PDF: Point Diffusion Implicit Function for Large-scale Scene Neural Representation
Yuhan Ding, Fukun Yin, Jiayuan Fan, Hui Li, Xin Chen, Wen Liu, Chongshan Lu, Gang YU, Tao Chen
TL;DR
Large-scale outdoor scenes challenge implicit neural representations due to the cubic growth of the sampling space with scene extent, hindering high-fidelity texture synthesis. The authors introduce PDF, a two-stage framework that first learns a dense surface prior via a diffusion-based point cloud super-resolution model and then renders unbounded backgrounds with region-based sampling using Mip-NeRF 360, followed by a foreground-background fusion for complete novel views. The diffusion process is trained with forward and reverse transitions $q(\hat{x}_{t}|\hat{x}_{t-1},z_{0})$ and ${p}_{\theta}(\hat{x}_{t-1}|\hat{x}_{t},z_{0})$, optimized by $\mathcal{L}_{D}$, while rendering uses $(\sigma,r) = \text{Point-NeRF}(c,d,f)$ and a background model with $\mathcal{L}_{R}$. Experiments on the OMMO and BlendedMVS datasets show substantial quantitative gains (PSNR/SSIM up, LPIPS down) and qualitative improvements in foreground detail and background consistency, validating the effectiveness and robustness of the proposed diffusion-based surface priors for large-scale scene neural representation.
Abstract
Recent advances in implicit neural representations have achieved impressive results by sampling and fusing individual points along sampling rays in the sampling space.
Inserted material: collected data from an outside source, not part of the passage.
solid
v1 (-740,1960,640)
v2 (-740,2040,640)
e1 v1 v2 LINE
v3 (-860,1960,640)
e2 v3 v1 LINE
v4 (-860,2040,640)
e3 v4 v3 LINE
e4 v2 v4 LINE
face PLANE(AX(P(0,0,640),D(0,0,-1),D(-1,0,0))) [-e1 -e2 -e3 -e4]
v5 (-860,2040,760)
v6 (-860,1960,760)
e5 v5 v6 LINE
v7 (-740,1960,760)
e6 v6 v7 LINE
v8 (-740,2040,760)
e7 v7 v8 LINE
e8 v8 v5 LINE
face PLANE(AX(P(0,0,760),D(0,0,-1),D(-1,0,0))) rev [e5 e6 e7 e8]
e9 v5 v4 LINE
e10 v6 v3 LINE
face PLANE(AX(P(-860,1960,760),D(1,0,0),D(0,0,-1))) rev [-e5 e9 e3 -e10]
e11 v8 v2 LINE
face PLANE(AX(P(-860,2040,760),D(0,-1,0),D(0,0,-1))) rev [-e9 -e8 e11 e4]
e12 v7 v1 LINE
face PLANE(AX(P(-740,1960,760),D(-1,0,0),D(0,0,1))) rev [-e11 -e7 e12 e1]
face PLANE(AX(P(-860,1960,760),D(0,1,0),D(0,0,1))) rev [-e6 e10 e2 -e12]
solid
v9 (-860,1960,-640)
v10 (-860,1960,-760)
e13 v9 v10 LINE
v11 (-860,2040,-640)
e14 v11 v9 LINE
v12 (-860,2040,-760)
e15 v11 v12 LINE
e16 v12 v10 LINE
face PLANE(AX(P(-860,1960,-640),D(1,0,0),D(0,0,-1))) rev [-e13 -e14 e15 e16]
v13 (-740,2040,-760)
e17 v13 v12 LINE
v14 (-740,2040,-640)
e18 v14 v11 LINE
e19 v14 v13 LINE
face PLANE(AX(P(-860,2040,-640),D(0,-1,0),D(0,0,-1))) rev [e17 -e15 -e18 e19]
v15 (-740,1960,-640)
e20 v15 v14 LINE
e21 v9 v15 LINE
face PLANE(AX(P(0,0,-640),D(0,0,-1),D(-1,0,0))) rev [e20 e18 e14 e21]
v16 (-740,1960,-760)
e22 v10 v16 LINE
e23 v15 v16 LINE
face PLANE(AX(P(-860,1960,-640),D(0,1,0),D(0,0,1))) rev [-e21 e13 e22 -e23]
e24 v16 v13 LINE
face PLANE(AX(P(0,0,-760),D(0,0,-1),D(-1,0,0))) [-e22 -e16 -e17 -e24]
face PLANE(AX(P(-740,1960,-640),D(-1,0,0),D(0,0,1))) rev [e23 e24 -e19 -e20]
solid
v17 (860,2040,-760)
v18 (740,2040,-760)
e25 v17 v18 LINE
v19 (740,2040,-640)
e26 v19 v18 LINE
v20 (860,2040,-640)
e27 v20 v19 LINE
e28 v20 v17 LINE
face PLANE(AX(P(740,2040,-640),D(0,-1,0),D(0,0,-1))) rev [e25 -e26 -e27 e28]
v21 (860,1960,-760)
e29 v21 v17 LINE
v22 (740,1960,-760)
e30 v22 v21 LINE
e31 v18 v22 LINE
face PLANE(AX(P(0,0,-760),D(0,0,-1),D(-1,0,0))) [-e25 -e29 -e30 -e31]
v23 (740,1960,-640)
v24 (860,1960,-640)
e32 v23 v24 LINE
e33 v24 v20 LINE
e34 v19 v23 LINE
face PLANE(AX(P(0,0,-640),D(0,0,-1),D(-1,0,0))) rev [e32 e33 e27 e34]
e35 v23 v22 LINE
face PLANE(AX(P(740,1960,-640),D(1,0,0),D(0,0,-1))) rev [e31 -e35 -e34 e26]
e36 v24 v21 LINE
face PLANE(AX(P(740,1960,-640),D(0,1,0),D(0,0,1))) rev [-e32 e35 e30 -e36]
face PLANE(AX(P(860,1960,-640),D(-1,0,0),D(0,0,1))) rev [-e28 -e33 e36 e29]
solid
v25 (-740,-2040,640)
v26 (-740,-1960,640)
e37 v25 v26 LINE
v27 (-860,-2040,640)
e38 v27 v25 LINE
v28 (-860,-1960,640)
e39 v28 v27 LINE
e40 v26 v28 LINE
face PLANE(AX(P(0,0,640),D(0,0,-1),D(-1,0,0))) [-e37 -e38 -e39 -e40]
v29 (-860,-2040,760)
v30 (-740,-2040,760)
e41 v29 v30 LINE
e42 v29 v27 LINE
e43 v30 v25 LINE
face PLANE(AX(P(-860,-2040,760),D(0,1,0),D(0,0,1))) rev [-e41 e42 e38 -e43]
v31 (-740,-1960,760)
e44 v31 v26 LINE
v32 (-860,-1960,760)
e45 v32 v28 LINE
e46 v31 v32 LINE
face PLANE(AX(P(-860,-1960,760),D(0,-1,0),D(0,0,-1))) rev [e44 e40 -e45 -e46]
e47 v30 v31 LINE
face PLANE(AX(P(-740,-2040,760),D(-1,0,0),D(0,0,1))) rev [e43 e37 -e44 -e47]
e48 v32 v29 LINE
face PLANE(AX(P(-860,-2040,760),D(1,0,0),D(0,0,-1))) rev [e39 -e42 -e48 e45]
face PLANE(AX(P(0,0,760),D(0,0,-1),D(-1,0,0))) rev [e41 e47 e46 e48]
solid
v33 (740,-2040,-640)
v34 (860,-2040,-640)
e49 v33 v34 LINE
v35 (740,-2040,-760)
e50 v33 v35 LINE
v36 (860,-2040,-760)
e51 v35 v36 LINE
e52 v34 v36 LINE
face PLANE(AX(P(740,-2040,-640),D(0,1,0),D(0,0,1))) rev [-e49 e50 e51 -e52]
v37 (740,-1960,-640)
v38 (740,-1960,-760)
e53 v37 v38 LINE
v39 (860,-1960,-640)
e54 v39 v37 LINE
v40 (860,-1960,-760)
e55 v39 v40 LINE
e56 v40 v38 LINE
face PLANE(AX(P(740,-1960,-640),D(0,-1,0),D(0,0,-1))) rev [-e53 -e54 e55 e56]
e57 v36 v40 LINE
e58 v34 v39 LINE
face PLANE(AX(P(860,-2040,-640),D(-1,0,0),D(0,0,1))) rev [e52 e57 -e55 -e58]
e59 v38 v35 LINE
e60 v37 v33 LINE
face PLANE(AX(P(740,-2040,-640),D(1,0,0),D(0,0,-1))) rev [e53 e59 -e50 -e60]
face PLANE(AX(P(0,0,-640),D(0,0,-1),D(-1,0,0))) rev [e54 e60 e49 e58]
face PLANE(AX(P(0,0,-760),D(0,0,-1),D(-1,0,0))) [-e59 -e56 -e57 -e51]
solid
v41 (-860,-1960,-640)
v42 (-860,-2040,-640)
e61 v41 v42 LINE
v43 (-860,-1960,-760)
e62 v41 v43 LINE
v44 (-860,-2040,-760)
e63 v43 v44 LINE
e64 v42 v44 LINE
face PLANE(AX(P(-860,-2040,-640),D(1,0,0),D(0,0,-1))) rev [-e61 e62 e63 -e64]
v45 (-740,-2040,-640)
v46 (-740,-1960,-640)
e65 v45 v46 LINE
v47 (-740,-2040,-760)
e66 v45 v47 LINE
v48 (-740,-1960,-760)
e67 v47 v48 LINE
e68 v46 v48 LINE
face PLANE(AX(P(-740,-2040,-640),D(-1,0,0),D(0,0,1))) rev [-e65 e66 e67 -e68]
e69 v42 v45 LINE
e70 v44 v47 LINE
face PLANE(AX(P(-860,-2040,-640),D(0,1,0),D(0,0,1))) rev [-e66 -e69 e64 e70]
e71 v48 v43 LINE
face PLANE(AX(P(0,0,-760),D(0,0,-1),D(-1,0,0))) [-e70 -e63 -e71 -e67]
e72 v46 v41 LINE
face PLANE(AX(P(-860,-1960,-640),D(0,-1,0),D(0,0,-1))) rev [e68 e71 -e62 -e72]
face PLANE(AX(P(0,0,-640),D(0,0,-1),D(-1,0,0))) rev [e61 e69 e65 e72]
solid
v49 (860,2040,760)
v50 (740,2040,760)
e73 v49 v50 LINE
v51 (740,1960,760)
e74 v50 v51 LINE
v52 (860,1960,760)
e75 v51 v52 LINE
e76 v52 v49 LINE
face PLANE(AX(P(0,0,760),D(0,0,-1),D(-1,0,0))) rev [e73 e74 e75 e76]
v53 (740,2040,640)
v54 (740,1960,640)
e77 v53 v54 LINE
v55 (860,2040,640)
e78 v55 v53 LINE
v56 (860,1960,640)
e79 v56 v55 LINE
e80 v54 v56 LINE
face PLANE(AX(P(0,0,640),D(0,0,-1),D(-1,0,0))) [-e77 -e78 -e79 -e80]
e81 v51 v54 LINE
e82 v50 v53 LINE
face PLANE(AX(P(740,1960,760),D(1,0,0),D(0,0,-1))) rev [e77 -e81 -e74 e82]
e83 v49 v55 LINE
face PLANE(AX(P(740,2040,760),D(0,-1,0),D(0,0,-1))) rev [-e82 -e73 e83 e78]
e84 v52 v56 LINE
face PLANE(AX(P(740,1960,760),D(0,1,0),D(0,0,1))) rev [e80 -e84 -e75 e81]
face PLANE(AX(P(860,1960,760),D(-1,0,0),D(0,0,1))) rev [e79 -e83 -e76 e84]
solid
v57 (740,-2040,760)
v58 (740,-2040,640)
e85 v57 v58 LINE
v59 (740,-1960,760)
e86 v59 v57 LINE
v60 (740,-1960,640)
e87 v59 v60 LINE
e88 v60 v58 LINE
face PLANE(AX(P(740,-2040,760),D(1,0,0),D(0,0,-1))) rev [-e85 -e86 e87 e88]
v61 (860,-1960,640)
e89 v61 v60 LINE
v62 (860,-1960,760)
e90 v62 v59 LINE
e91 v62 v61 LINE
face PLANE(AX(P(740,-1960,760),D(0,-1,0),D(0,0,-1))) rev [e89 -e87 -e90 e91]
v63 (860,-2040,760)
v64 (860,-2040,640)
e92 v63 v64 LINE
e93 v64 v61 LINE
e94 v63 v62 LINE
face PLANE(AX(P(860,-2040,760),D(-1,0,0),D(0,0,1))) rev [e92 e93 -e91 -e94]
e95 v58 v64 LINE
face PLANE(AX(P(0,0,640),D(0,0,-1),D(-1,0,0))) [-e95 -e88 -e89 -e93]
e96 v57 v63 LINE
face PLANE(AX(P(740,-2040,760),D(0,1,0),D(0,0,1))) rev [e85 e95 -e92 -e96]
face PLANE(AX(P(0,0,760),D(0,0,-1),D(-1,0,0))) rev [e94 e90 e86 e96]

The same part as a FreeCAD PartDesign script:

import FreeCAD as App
import Part
import Sketcher


def add_polygon(sketch, points):
    """Adds a closed chain of lines whose ends are joined by coincident constraints."""
    first, n = sketch.GeometryCount, len(points)
    for a, b in zip(points, points[1:] + points[:1]):
        sketch.addGeometry(Part.LineSegment(App.Vector(*a, 0), App.Vector(*b, 0)), False)
    for i in range(n):
        sketch.addConstraint(Sketcher.Constraint("Coincident", first + i, 2, first + (i + 1) % n, 1))

doc = App.newDocument("Part")
body = doc.addObject("PartDesign::Body", "Body")

# Sketch on XY plane
sketch1 = body.newObject("Sketcher::SketchObject", "Sketch")
sketch1.AttachmentSupport = (doc.getObject("XY_Plane"), [""])
sketch1.MapMode = "FlatFace"
sketch1.AttachmentOffset = App.Placement(App.Vector(0, 0, -760), App.Rotation())
add_polygon(sketch1, [(-860, -1960), (-860, -2040), (-740, -2040), (-740, -1960)])  # lines 0-3
sketch1.addConstraint([
    Sketcher.Constraint("Vertical", 0),
    Sketcher.Constraint("Horizontal", 1),
    Sketcher.Constraint("Vertical", 2),
    Sketcher.Constraint("Horizontal", 3),
    Sketcher.Constraint("DistanceX", 1, 1, 1, 2, 120.0),
    Sketcher.Constraint("DistanceY", 0, 2, 0, 1, 80.0),
    Sketcher.Constraint("DistanceX", 0, 2, -1, 1, 860.0),
    Sketcher.Constraint("DistanceY", 0, 2, -1, 1, 2040.0),
])
pad1 = body.newObject("PartDesign::Pad", "Pad")
pad1.Profile = sketch1
pad1.Length = 120
body2 = doc.addObject("PartDesign::Body", "Body001")

# Sketch on XY plane
sketch2 = body2.newObject("Sketcher::SketchObject", "Sketch001")
sketch2.AttachmentSupport = (doc.getObject("XY_Plane001"), [""])
sketch2.MapMode = "FlatFace"
sketch2.AttachmentOffset = App.Placement(App.Vector(0, 0, 640), App.Rotation())
add_polygon(sketch2, [(-860, -1960), (-860, -2040), (-740, -2040), (-740, -1960)])  # lines 0-3
sketch2.addConstraint([
    Sketcher.Constraint("Vertical", 0),
    Sketcher.Constraint("Horizontal", 1),
    Sketcher.Constraint("Vertical", 2),
    Sketcher.Constraint("Horizontal", 3),
    Sketcher.Constraint("DistanceX", 1, 1, 1, 2, 120.0),
    Sketcher.Constraint("DistanceY", 0, 2, 0, 1, 80.0),
    Sketcher.Constraint("DistanceX", 0, 2, -1, 1, 860.0),
    Sketcher.Constraint("DistanceY", 0, 2, -1, 1, 2040.0),
])
pad2 = body2.newObject("PartDesign::Pad", "Pad001")
pad2.Profile = sketch2
pad2.Length = 120
body3 = doc.addObject("PartDesign::Body", "Body002")

# Sketch on XY plane
sketch3 = body3.newObject("Sketcher::SketchObject", "Sketch002")
sketch3.AttachmentSupport = (doc.getObject("XY_Plane002"), [""])
sketch3.MapMode = "FlatFace"
sketch3.AttachmentOffset = App.Placement(App.Vector(0, 0, -760), App.Rotation())
add_polygon(sketch3, [(-860, 2040), (-860, 1960), (-740, 1960), (-740, 2040)])  # lines 0-3
sketch3.addConstraint([
    Sketcher.Constraint("Vertical", 0),
    Sketcher.Constraint("Horizontal", 1),
    Sketcher.Constraint("Vertical", 2),
    Sketcher.Constraint("Horizontal", 3),
    Sketcher.Constraint("DistanceX", 1, 1, 1, 2, 120.0),
    Sketcher.Constraint("DistanceY", 0, 2, 0, 1, 80.0),
    Sketcher.Constraint("DistanceX", 0, 2, -1, 1, 860.0),
    Sketcher.Constraint("DistanceY", -1, 1, 0, 2, 1960.0),
])
pad3 = body3.newObject("PartDesign::Pad", "Pad002")
pad3.Profile = sketch3
pad3.Length = 120
body4 = doc.addObject("PartDesign::Body", "Body003")
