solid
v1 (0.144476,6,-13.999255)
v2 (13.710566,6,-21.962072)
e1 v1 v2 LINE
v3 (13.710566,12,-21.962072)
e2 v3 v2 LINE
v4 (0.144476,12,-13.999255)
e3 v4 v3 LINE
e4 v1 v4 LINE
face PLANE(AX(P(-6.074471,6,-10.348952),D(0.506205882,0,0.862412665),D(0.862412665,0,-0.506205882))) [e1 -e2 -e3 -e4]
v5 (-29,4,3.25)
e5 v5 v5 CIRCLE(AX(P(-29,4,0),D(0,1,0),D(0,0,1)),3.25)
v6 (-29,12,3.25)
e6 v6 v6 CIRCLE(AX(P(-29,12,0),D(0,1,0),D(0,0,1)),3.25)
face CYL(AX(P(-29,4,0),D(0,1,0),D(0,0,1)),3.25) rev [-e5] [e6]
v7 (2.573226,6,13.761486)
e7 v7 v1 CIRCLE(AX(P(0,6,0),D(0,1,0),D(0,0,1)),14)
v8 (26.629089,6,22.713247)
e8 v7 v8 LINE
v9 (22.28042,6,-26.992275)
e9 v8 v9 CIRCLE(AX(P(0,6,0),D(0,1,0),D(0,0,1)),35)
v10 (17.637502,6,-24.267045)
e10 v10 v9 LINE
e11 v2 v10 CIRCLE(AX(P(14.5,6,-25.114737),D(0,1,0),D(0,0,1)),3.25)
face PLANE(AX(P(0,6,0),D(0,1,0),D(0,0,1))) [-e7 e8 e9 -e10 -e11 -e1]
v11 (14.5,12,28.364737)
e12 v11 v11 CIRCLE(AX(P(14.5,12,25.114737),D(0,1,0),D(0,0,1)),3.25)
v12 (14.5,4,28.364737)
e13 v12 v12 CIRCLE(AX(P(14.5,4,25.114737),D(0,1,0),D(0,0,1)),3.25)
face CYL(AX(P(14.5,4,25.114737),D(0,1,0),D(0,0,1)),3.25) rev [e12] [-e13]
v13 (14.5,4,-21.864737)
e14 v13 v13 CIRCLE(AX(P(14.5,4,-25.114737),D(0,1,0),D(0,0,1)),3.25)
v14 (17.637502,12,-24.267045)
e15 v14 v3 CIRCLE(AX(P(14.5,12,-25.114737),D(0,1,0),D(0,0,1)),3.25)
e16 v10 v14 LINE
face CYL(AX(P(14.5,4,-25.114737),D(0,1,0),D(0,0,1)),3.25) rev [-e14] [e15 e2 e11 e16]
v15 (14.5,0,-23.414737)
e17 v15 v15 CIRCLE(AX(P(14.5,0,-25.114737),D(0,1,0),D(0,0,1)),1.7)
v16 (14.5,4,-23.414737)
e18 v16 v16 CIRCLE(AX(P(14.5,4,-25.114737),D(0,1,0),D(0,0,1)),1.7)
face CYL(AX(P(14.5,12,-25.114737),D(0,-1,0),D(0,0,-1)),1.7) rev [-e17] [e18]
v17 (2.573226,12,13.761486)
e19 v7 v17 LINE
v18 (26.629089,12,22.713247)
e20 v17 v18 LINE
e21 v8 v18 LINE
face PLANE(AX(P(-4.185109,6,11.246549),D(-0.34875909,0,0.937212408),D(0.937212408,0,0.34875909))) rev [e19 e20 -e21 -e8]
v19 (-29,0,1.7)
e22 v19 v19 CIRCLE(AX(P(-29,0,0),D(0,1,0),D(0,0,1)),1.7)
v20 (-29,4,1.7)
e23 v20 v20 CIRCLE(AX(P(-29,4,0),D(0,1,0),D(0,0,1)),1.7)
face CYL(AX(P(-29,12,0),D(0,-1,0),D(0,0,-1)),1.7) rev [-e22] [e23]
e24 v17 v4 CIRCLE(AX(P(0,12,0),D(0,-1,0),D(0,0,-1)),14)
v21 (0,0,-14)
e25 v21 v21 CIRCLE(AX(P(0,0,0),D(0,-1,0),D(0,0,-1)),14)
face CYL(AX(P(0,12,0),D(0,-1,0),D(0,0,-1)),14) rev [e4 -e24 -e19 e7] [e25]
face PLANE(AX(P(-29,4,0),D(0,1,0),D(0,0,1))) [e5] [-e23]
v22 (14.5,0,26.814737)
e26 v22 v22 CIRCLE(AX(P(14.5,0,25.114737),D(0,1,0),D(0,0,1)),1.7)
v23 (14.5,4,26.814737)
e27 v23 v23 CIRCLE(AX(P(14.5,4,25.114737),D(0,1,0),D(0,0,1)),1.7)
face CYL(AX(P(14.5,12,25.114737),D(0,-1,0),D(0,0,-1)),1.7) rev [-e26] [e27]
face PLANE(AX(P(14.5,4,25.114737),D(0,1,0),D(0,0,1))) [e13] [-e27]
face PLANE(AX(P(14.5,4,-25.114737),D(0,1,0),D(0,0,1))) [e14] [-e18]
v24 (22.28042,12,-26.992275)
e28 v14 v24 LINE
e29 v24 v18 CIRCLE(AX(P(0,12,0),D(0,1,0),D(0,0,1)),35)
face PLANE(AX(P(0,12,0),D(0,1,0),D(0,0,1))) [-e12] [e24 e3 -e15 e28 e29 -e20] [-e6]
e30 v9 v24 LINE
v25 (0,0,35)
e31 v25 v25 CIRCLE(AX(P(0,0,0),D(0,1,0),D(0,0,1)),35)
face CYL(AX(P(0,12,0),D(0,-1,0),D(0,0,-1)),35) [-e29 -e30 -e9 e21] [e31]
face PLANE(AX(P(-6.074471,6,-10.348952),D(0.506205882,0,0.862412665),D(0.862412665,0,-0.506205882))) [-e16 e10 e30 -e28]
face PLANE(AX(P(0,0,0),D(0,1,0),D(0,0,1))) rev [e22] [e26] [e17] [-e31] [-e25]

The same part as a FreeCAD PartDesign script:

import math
import FreeCAD as App
import Part
import Sketcher

V = App.Vector
Q = App.Units.Quantity

doc = App.newDocument("Part")
body = doc.addObject("PartDesign::Body", "Body")

# Sketch on XZ plane
sketch1 = doc.addObject("Sketcher::SketchObject", "Sketch")
body.addObject(sketch1)
sketch1.AttachmentSupport = (doc.XZ_Plane, [""])
sketch1.MapMode = "FlatFace"
sketch1.addGeometry([
    Part.Circle(V(0, 0, 0), V(0, 0, 1), 35),
    Part.Circle(V(-29, 0, 0), V(0, 0, 1), 1.7),
    Part.Circle(V(14.5, -25.1, 0), V(0, 0, 1), 1.7),
    Part.Circle(V(14.5, 25.1, 0), V(0, 0, 1), 1.7),
], False)
sketch1.addConstraint([
    Sketcher.Constraint("Coincident", 0, 3, -1, 1),
    Sketcher.Constraint("Equal", 1, 2),
    Sketcher.Constraint("Equal", 2, 3),
    Sketcher.Constraint("Symmetric", 2, 3, 3, 3, -1),
    Sketcher.Constraint("PointOnObject", 1, 3, -1),
    Sketcher.Constraint("Diameter", 0, Q("70 mm")),
    Sketcher.Constraint("Diameter", 1, Q("3.4 mm")),
    Sketcher.Constraint("DistanceX", 1, 3, -1, 1, Q("29 mm")),
    Sketcher.Constraint("DistanceX", -1, 1, 2, 3, Q("14.5 mm")),
    Sketcher.Constraint("DistanceY", 2, 3, -1, 1, Q("25.114737 mm")),
])
pad1 = doc.addObject("PartDesign::Pad", "Pad")
body.addObject(pad1)
pad1.Profile = sketch1
pad1.Length = 12
pad1.Reversed = True

# Sketch on XZ plane
sketch2 = doc.addObject("Sketcher::SketchObject", "Sketch001")
body.addObject(sketch2)
sketch2.AttachmentSupport = (doc.XZ_Plane, [""])
sketch2.MapMode = "FlatFace"
sketch2.AttachmentOffset = App.Placement(V(0, 0, -12), App.Rotation())
sketch2.addGeometry([
    Part.LineSegment(V(36, -35, 0), V(-6, -10, 0)),
    Part.ArcOfCircle(Part.Circle(V(0, 0, 0), V(0, 0, 1), 12), math.radians(110), math.radians(240)),
    Part.LineSegment(V(-4, 11, 0), V(41, 28, 0)),
    Part.ArcOfCircle(Part.Circle(V(0, 0, 0), V(0, 0, 1), 50), math.radians(-44), math.radians(34)),
], False)
sketch2.addConstraint([
    Sketcher.Constraint("Tangent", 0, 2, 1, 2),
    Sketcher.Constraint("Tangent", 1, 1, 2, 1),
    Sketcher.Constraint("Coincident", 2, 2, 3, 2),
    Sketcher.Constraint("Coincident", 3, 1, 0, 1),
    Sketcher.Constraint("Coincident", 1, 3, -1, 1),
    Sketcher.Constraint("Coincident", 3, 3, -1, 1),
    Sketcher.Constraint("Radius", 1, Q("12 mm")),
    Sketcher.Constraint("Radius", 3, Q("50 mm")),
    Sketcher.Constraint("DistanceY", 3, 1, -1, 1, Q("34.919499 mm")),
    Sketcher.Constraint("DistanceY", 0, 2, 1, 1, Q("21.595501 mm")),
])
pocket1 = doc.addObject("PartDesign::Pocket", "Pocket")
body.addObject(pocket1)
pocket1.Profile = sketch2
pocket1.Length = 6
pocket1.Reversed = True

# Sketch on XZ plane
sketch3 = doc.addObject("Sketcher::SketchObject", "Sketch002")
body.addObject(sketch3)
sketch3.AttachmentSupport = (doc.XZ_Plane, [""])
sketch3.MapMode = "FlatFace"
sketch3.addGeometry(Part.Circle(V(0, 0, 0), V(0, 0, 1), 14), False)
sketch3.addConstraint([
    Sketcher.Constraint("Coincident", 0, 3, -1, 1),
    Sketcher.Constraint("Diameter", 0, Q("28 mm")),
])
pocket2 = doc.addObject("PartDesign::Pocket", "Pocket001")
body.addObject(pocket2)
pocket2.Profile = sketch3
pocket2.Type = "ThroughAll"

# Sketch on XZ plane
sketch4 = doc.addObject("Sketcher::SketchObject", "Sketch003")
body.addObject(sketch4)
sketch4.AttachmentSupport = (doc.XZ_Plane, [""])
sketch4.MapMode = "FlatFace"
sketch4.AttachmentOffset = App.Placement(V(0, 0, -12), App.Rotation())
sketch4.addGeometry([
    Part.Circle(V(14.5, -25.1, 0), V(0, 0, 1), 3.2),
    Part.Circle(V(14.5, 25.1, 0), V(0, 0, 1), 3.2),
    Part.Circle(V(-29, 0, 0), V(0, 0, 1), 3.2),
], False)
sketch4.addConstraint([
    Sketcher.Constraint("Equal", 0, 1),
    Sketcher.Constraint("Equal", 1, 2),
    Sketcher.Constraint("Symmetric", 0, 3, 1, 3, -1),
    Sketcher.Constraint("PointOnObject", 2, 3, -1),
    Sketcher.Constraint("Diameter", 0, Q("6.5 mm")),
    Sketcher.Constraint("DistanceX", 2, 3, -1, 1, Q("29 mm")),
    Sketcher.Constraint("DistanceX", -1, 1, 0, 3, Q("14.5 mm")),
    Sketcher.Constraint("DistanceY", 0, 3, -1, 1, Q("25.114737 mm")),
])
pocket3 = doc.addObject("PartDesign::Pocket", "Pocket002")
body.addObject(pocket3)
pocket3.Profile = sketch4
pocket3.Length = 8
pocket3.Reversed = True

doc.recompute()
However, due to the explosively growing sampling space, finely representing and synthesizing detailed textures remains a challenge for unbounded large-scale outdoor scenes. To alleviate the dilemma of using individual points to perceive the entire colossal space, we explore learning the surface distribution of the scene to provide structural priors and reduce the samplable space and propose a Point Diffusion implicit Function, PDF, for large-scale scene neural representation. The core of our method is a large-scale point cloud super-resolution diffusion module that enhances the sparse point cloud reconstructed from several training images into a dense point cloud as an explicit prior. Then in the rendering stage, only sampling points with prior points within the sampling radius are retained. That is, the sampling space is reduced from the unbounded space to the scene surface. Meanwhile, to fill in the background of the scene that cannot be provided by point clouds, the region sampling based on Mip-NeRF 360 is employed to model the background representation. Expensive experiments have demonstrated the effectiveness of our method for large-scale scene novel view synthesis, which outperforms relevant state-of-the-art baselines.